By and large, Dr. Menounos says, temperature is the most important factor that’s causing long-term change in glaciers. But precipitation variability in regions also matters, with dry conditions causing faster melt and Jetstream or storm tracks causing slower melt.

Mountain glaciers are an important freshwater resource, he adds. And their retreat can have dire consequences. “When seasonal snowpack has been depleted – that is … the snow from last year or the year before is melted – you get to a situation where the glaciers start to produce their own meltwater, which supplements those rivers. And if you don’t have that buffering capacity of the glaciers, especially during warm, dry conditions, then it produces a lot of stress on ecosystems.” (According to BC Parks, changes could include more rain instead of snow in the winter, earlier spring melts and drier summers.)

Dr. Menounos is trying to spread the message of his research; he has reached out to both the federal government and B.C. government with a summary of his team’s results.
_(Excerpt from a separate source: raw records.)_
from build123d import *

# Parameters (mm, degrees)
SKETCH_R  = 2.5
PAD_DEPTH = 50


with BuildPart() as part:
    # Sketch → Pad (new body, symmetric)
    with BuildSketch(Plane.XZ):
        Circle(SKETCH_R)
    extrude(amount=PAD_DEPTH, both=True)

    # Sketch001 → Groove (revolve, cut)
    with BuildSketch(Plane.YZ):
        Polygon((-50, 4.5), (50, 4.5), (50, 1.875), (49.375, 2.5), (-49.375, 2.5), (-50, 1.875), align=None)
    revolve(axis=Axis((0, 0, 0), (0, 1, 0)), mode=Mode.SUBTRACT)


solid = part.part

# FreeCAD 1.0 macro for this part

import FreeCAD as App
import Part
import Sketcher

V = App.Vector


def add_polygon(sketch, points):
    """Adds a closed chain of lines whose ends are joined by coincident constraints."""
    first, n = sketch.GeometryCount, len(points)
    for a, b in zip(points, points[1:] + points[:1]):
        sketch.addGeometry(Part.LineSegment(App.Vector(*a, 0), App.Vector(*b, 0)), False)
    for i in range(n):
        sketch.addConstraint(Sketcher.Constraint("Coincident", first + i, 2, first + (i + 1) % n, 1))

doc = App.newDocument("Part")
body = doc.addObject("PartDesign::Body", "Body")

# Sketch on XZ plane
sketch1 = body.newObject("Sketcher::SketchObject", "Sketch")
sketch1.AttachmentSupport = (doc.getObject("XZ_Plane"), [""])
sketch1.MapMode = "FlatFace"
sketch1.addGeometry(Part.Circle(V(0, 0, 0), V(0, 0, 1), 2.5), False)
sketch1.addConstraint([
    Sketcher.Constraint("Coincident", 0, 3, -1, 1),
    Sketcher.Constraint("Diameter", 0, 5.0),
])
pad1 = body.newObject("PartDesign::Pad", "Pad")
pad1.Profile = sketch1
pad1.Length = 100
pad1.Midplane = True

# Sketch on YZ plane
sketch2 = body.newObject("Sketcher::SketchObject", "Sketch001")
sketch2.AttachmentSupport = (doc.getObject("YZ_Plane"), [""])
sketch2.MapMode = "FlatFace"
add_polygon(sketch2, [(50, 4.5), (-50, 4.5), (-50, 1.875), (-49.375, 2.5), (49.375, 2.5), (50, 1.875)])  # lines 0-5
sketch2.addConstraint([
    Sketcher.Constraint("Horizontal", 0),
    Sketcher.Constraint("Vertical", 1),
    Sketcher.Constraint("Horizontal", 3),
    Sketcher.Constraint("Vertical", 5),
    Sketcher.Constraint("Symmetric", 1, 2, 4, 2, -2),
    Sketcher.Constraint("Perpendicular", 2, 4),
    Sketcher.Constraint("Equal", 2, 4),
    Sketcher.Constraint("DistanceX", 0, 2, 0, 1, 100.0),
    Sketcher.Constraint("DistanceY", 2, 2, 0, 2, 2.0),
    Sketcher.Constraint("DistanceX", 3, 1, 3, 2, 98.75),
    Sketcher.Constraint("DistanceY", -1, 1, 0, 2, 4.5),
])
groove = body.newObject("PartDesign::Groove", "Groove")
groove.Profile = sketch2
groove.ReferenceAxis = (sketch2, ["H_Axis"])
groove.Angle = 360

doc.recompute()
He also says the work will likely be featured in the next assessment report of the United Nation’s Intergovernmental Panel on Climate Change.

But the rate of glacial change around the world means that giants, like the glacier Klinaklini, may not have much time left on Earth’s surface. With an area of about 470 square kilometres, Klinaklini is melting; along with its adjacent Ha-Iltzuk icefield, Klinaklini has lost almost 14.5 billion tonnes of snow and ice since 2000, with 9.8 billion tonnes of that melt occurring since 2010. It’s “one of the most beautiful glaciers I’ve ever seen,” Dr. Menounos says. For now, “it’s iconic.”